### Data under study
■ ■ ■ ■ ■

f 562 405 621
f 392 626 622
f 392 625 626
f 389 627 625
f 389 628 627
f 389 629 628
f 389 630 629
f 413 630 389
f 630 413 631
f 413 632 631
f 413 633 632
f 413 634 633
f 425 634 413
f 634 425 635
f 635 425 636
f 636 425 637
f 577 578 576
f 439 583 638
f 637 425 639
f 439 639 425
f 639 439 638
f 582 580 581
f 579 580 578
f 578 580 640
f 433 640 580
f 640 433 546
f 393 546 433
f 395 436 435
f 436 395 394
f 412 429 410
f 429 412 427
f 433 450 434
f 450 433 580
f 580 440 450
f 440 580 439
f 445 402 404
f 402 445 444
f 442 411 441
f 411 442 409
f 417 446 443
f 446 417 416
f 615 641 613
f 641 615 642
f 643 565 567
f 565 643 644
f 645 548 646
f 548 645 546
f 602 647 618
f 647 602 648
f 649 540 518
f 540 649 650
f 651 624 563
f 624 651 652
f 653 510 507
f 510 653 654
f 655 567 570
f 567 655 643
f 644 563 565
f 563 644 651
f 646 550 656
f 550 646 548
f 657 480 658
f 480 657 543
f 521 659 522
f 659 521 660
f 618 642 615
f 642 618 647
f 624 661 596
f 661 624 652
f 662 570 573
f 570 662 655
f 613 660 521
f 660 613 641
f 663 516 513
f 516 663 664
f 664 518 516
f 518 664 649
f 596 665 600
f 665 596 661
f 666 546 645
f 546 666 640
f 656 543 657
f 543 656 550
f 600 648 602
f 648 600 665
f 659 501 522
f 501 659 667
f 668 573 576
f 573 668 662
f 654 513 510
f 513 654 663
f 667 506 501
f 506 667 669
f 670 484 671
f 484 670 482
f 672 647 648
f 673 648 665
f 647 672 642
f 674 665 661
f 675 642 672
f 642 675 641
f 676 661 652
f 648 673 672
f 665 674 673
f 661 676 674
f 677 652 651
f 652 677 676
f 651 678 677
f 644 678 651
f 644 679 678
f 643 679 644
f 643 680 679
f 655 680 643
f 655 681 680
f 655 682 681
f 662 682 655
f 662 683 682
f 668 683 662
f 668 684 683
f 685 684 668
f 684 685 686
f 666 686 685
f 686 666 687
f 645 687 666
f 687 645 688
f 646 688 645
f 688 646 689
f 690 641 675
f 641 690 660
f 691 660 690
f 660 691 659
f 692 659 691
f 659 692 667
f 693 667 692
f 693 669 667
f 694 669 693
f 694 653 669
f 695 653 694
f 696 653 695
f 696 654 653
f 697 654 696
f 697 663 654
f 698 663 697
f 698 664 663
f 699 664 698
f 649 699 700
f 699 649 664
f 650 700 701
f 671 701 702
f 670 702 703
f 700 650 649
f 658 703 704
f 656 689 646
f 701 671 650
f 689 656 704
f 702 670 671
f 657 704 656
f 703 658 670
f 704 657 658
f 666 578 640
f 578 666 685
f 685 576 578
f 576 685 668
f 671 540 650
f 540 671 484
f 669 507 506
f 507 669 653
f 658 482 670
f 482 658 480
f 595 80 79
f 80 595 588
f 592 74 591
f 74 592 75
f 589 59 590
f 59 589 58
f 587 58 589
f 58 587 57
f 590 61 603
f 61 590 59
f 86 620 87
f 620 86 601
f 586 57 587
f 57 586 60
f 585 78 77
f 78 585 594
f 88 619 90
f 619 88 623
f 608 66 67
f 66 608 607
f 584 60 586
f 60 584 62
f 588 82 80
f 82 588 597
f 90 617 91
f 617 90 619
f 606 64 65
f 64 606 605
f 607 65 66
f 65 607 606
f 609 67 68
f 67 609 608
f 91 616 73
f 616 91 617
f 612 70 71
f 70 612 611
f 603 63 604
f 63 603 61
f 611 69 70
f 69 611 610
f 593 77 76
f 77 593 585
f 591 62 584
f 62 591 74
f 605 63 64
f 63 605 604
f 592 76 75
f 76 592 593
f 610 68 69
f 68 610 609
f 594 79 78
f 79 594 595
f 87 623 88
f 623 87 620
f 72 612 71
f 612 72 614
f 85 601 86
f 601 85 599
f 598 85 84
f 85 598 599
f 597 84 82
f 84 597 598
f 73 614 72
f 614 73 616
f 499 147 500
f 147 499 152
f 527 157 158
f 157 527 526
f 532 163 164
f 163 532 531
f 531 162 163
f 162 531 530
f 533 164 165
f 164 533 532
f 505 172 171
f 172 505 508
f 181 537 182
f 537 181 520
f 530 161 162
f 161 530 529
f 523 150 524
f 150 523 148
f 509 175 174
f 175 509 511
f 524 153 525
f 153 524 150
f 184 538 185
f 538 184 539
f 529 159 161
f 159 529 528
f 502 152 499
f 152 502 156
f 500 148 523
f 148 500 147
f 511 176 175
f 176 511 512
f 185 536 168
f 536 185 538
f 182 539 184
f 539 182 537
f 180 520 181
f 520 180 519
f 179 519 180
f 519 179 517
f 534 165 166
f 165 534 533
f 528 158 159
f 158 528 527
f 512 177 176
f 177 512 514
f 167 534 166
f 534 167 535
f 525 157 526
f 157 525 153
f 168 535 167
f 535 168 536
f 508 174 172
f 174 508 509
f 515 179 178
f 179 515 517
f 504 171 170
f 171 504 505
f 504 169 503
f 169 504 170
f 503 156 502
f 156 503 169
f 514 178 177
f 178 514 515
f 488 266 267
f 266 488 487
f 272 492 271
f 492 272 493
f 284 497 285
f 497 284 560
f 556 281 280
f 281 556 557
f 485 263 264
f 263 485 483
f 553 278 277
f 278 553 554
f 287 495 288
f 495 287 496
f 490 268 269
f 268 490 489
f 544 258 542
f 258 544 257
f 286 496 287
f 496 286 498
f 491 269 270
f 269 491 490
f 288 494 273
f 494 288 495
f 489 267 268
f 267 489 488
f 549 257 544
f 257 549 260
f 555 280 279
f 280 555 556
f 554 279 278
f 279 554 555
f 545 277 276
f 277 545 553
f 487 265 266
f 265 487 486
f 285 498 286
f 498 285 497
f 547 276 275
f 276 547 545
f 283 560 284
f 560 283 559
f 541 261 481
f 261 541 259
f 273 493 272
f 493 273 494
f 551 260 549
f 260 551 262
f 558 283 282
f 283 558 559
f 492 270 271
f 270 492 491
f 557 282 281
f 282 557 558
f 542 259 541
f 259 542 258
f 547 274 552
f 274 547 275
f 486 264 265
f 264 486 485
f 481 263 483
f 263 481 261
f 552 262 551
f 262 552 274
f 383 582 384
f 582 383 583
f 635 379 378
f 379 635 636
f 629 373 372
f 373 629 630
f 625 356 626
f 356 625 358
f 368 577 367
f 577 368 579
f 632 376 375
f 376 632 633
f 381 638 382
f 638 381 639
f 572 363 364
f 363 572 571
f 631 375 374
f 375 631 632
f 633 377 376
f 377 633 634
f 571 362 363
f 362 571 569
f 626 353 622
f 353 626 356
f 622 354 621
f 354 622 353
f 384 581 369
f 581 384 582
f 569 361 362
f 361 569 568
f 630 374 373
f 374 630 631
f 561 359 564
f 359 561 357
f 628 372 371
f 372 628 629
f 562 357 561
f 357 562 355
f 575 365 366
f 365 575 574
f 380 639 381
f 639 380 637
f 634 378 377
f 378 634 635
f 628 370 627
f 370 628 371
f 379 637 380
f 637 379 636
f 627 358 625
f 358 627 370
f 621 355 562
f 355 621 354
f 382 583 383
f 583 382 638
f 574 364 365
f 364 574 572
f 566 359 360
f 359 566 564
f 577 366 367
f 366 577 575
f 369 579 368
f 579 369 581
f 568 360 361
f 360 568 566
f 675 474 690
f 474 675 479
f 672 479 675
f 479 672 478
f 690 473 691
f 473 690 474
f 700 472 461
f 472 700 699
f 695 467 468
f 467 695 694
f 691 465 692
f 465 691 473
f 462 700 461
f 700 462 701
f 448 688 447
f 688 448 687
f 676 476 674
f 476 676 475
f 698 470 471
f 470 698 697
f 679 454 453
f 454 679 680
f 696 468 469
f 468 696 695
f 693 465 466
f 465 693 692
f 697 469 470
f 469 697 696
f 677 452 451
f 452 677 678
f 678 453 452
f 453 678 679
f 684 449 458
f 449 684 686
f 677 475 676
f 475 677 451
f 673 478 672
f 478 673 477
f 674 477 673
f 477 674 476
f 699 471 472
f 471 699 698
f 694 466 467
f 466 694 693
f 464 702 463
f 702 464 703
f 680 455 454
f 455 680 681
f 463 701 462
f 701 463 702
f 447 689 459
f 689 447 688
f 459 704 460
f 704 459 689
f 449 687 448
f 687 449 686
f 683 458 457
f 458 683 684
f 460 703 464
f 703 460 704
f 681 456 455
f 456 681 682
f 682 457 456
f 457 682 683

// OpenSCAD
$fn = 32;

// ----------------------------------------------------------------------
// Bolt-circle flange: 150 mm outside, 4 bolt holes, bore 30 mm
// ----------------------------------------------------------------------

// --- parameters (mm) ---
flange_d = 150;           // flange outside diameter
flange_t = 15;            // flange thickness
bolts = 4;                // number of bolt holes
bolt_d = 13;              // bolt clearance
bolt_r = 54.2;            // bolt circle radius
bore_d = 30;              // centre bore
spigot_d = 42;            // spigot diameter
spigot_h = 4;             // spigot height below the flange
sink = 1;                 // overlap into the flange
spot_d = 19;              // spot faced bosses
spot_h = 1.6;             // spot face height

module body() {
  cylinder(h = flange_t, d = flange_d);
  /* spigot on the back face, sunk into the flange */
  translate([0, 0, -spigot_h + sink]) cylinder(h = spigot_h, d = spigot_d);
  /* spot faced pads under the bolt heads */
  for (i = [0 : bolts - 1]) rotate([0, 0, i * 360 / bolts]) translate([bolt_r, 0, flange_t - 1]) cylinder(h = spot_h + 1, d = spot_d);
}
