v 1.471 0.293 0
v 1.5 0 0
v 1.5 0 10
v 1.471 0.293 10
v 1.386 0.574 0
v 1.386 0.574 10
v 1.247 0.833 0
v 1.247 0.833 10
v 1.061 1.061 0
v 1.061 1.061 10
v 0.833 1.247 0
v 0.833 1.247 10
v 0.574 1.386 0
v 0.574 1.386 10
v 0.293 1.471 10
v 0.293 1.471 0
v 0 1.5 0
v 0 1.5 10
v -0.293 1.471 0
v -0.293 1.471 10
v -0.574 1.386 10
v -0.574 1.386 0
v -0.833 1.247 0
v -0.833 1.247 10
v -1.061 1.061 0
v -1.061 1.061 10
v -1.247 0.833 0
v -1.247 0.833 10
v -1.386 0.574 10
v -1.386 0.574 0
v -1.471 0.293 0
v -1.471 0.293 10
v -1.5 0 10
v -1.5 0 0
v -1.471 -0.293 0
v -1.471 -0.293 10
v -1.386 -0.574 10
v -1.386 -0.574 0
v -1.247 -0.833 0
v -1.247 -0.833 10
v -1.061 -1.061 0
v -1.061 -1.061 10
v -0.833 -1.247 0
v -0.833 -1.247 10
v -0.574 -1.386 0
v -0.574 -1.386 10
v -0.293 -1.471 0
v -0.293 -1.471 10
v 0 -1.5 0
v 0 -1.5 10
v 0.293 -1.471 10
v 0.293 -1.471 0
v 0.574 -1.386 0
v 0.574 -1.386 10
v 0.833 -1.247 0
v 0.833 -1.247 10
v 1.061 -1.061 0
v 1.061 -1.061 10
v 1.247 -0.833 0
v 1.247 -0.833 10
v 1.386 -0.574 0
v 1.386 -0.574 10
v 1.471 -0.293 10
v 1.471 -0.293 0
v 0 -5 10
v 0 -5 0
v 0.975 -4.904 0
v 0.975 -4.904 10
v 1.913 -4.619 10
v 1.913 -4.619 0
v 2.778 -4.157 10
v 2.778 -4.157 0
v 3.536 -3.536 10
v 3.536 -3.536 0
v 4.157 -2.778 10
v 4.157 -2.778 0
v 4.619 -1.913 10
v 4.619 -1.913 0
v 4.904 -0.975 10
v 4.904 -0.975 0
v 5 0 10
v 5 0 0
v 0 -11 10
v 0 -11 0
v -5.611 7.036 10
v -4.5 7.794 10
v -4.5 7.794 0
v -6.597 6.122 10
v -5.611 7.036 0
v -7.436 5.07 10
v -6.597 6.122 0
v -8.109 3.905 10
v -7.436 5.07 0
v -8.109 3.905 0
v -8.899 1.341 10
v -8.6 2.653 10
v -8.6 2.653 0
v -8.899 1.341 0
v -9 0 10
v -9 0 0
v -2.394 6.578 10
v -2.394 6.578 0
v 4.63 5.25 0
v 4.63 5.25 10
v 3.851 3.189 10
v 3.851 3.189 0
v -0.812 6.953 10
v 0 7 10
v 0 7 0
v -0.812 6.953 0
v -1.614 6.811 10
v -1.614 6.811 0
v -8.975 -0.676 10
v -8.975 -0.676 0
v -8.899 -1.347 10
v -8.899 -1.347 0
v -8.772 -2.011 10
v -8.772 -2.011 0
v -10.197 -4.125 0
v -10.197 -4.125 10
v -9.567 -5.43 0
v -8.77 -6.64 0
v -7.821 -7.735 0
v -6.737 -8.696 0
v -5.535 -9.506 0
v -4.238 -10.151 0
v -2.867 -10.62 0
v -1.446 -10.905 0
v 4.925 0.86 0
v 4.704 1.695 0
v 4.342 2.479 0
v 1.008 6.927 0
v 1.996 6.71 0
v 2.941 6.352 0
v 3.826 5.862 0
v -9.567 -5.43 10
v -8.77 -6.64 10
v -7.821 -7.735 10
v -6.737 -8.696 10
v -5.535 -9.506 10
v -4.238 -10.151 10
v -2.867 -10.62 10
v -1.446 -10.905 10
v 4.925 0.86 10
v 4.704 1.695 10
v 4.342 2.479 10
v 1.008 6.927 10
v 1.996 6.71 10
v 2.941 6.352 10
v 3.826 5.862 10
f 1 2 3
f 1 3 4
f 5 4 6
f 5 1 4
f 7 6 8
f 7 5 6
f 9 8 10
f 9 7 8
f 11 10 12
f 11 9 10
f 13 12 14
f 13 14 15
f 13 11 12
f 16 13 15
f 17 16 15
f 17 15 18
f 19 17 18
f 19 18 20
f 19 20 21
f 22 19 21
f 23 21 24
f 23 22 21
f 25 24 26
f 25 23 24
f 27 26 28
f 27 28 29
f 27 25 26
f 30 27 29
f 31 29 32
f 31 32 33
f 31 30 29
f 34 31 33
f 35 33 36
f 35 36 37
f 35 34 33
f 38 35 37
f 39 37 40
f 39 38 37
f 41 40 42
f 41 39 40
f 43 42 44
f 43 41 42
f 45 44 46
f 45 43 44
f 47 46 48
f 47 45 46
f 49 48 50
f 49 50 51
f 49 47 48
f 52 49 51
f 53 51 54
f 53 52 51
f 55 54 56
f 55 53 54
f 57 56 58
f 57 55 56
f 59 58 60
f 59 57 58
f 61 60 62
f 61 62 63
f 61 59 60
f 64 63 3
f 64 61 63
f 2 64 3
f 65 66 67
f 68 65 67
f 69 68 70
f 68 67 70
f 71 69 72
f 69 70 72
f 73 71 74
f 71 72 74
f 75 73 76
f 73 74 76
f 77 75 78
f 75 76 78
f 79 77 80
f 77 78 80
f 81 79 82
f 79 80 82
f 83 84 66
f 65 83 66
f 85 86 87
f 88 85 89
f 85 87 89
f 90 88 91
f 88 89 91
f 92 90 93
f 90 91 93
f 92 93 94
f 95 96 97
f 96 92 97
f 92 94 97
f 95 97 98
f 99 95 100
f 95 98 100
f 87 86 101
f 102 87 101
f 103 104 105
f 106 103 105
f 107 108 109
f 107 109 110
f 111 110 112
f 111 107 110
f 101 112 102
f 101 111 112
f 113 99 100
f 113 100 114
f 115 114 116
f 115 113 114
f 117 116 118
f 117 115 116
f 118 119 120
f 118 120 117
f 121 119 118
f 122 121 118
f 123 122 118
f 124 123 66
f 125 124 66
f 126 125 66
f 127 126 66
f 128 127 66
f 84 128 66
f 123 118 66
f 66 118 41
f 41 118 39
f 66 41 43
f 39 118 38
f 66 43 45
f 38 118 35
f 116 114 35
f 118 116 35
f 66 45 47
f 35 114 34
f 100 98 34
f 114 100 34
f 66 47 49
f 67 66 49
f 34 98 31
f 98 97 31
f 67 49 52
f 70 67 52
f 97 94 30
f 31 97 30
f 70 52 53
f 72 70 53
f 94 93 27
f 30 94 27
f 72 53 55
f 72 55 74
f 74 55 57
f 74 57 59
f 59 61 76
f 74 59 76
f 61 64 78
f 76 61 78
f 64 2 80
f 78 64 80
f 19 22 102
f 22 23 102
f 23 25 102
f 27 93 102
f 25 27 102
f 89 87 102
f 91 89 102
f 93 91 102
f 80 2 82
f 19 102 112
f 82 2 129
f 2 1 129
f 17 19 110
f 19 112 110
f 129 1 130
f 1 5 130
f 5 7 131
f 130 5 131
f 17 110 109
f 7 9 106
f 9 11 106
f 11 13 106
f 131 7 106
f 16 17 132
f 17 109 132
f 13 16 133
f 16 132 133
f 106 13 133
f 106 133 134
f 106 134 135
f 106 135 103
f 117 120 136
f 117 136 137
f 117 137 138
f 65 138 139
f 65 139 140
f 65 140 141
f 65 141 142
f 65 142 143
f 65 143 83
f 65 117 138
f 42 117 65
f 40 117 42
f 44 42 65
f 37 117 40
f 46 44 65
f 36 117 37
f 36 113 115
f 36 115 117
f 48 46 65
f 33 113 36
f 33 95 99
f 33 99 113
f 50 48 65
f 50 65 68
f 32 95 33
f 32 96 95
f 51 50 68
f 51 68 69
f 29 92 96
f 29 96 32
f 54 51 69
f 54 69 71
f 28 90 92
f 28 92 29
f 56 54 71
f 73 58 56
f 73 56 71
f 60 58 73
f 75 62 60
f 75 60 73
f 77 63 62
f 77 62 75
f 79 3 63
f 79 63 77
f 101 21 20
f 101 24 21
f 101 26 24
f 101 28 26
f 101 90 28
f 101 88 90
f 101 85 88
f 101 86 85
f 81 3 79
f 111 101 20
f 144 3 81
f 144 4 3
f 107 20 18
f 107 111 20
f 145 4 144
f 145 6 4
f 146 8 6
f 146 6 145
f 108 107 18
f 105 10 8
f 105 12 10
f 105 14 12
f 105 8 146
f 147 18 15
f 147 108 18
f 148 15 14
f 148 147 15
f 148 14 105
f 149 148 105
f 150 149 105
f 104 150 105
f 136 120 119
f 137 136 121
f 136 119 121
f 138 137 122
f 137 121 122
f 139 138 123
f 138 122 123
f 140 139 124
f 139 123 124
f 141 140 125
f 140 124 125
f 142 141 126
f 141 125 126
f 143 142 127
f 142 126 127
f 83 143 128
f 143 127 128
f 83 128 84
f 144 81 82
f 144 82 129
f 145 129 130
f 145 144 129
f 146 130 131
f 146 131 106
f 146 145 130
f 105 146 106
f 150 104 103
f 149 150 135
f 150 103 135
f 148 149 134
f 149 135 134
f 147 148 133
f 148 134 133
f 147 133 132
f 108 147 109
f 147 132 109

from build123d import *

# Parameters (mm, degrees)
F0_R         = 11
F0_R_2       = 1.5
F1_DEPTH     = 10
F3_DEPTH     = 25
F4_T4_DEPTH  = 31.4403610405
F4_S5_R      = 9
F4_T6_DEPTH  = 17
F4_T10_DEPTH = 33.7217724143
F4_S11_R     = 7
F4_T12_DEPTH = 19
F4_T16_DEPTH = 39.2279914145
F4_S17_R     = 5
F4_T18_DEPTH = 21


# Not quite as in the source:
# - a fillet or chamfer that OpenCascade refuses, or shapes differently, is made with other operations: its cross-section is extruded or revolved along the edge and cut away or added


with BuildPart() as f1:
    # F0 (on Top) → F1 (new body)
    with BuildSketch(Plane.XY):
        Circle(F0_R)
        Circle(F0_R_2, mode=Mode.SUBTRACT)
    extrude(amount=F1_DEPTH)

    # F2 (on face) → F3 (cut)
    with BuildSketch(Plane(origin=(0, 0, 0), x_dir=(1, 0, 0), z_dir=(0, 0, -1))):
        with BuildLine():
            ThreePointArc((0, -9), (-6.3639610307, -6.3639610307), (-9, 0))
            Line((-9, 0), (-11, 0))
            ThreePointArc((-11, 0), (-7.7781745931, -7.7781745931), (0, -11))
            Line((0, -11), (0, -9))
        make_face()
        with BuildLine():
            Line((11, 0), (9, 0))
            ThreePointArc((9, 0), (6.3639610307, -6.3639610307), (0, -9))
            Line((0, -9), (0, -11))
            ThreePointArc((0, -11), (7.7781745931, -7.7781745931), (11, 0))
        make_face()
        with BuildLine():
            Line((9, 0), (7, 0))
            ThreePointArc((7, 0), (4.9497474683, -4.9497474683), (0, -7))
            Line((0, -7), (0, -9))
            ThreePointArc((0, -9), (6.3639610307, -6.3639610307), (9, 0))
        make_face()
        with BuildLine():
            Line((0, 7), (0, 5))
            ThreePointArc((0, 5), (3.5355339059, 3.5355339059), (5, 0))
            Line((5, 0), (7, 0))
            ThreePointArc((7, 0), (4.9497474683, 4.9497474683), (0, 7))
        make_face()
        with BuildLine():
            Line((0, 9), (0, 7))
            ThreePointArc((0, 7), (4.9497474683, 4.9497474683), (7, 0))
            Line((7, 0), (9, 0))
            ThreePointArc((9, 0), (6.3639610307, 6.3639610307), (0, 9))
        make_face()
        with BuildLine():
            Line((0, 11), (0, 9))
            ThreePointArc((0, 9), (6.3639610307, 6.3639610307), (9, 0))
            Line((9, 0), (11, 0))
            ThreePointArc((11, 0), (7.7781745931, 7.7781745931), (0, 11))
        make_face()
    extrude(amount=-F3_DEPTH, mode=Mode.SUBTRACT)

    # F4: chamfer of 3 on 3 edges, made by hand


with BuildPart() as f4_tool2:
    # F4_s3 → F4_t4 (new body)
    with BuildSketch(Plane.XY.offset(-10.7201805202)):
        with BuildLine():
            Line((-10.1972729198, -4.125), (-7.4161984871, 0))
            Line((-7.4161984871, 0), (-11, 0))
            ThreePointArc((-11, 0), (-10.7891469286, -2.1434338231), (-10.1972729198, -4.125))
        make_face()
    extrude(amount=F4_T4_DEPTH)

    # F4_s5 → F4_t6 (cut, symmetric)
    with BuildSketch(Plane.XY.offset(5)):
        Circle(F4_S5_R)
    extrude(amount=F4_T6_DEPTH, both=True, mode=Mode.SUBTRACT)


with BuildPart() as f1_1:
    add(f1.part)

    # F4_t1: cut F4_tool2
    add(f4_tool2.part, mode=Mode.SUBTRACT)


with BuildPart() as f4_tool8:
    # F4_s9 → F4_t10 (new body)
    with BuildSketch(Plane.XY.offset(-11.8608862072)):
        with BuildLine():
            Line((-4.5, 7.7942286341), (0, 5.1961524227))
            Line((0, 5.1961524227), (0, 9))
            ThreePointArc((0, 9), (-2.3715637944, 8.6819171367), (-4.5, 7.7942286341))
        make_face()
    extrude(amount=F4_T10_DEPTH)

    # F4_s11 → F4_t12 (cut, symmetric)
    with BuildSketch(Plane.XY.offset(5)):
        Circle(F4_S11_R)
    extrude(amount=F4_T12_DEPTH, both=True, mode=Mode.SUBTRACT)


with BuildPart() as f1_2:
    add(f1_1.part)

    # F4_t7: cut F4_tool8
    add(f4_tool8.part, mode=Mode.SUBTRACT)


with BuildPart() as f4_tool14:
    # F4_s15 → F4_t16 (new body)
    with BuildSketch(Plane.XY.offset(-14.6139957073)):
        with BuildLine():
            Line((4.6300647944, 5.25), (2.6457513111, 0))
            Line((2.6457513111, 0), (7, 0))
            ThreePointArc((7, 0), (6.3609005548, 2.9221471784), (4.6300647944, 5.25))
        make_face()
    extrude(amount=F4_T16_DEPTH)

    # F4_s17 → F4_t18 (cut, symmetric)
    with BuildSketch(Plane.XY.offset(5)):
        Circle(F4_S17_R)
    extrude(amount=F4_T18_DEPTH, both=True, mode=Mode.SUBTRACT)


with BuildPart() as f1_3:
    add(f1_2.part)

    # F4_t13: cut F4_tool14
    add(f4_tool14.part, mode=Mode.SUBTRACT)


solid = f1_3.part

■ ■ ■ ■ ■

### Work to be completed
Only a number is wanted here: the count of lines in the listing above holding the string "bolts".

### Solution below
2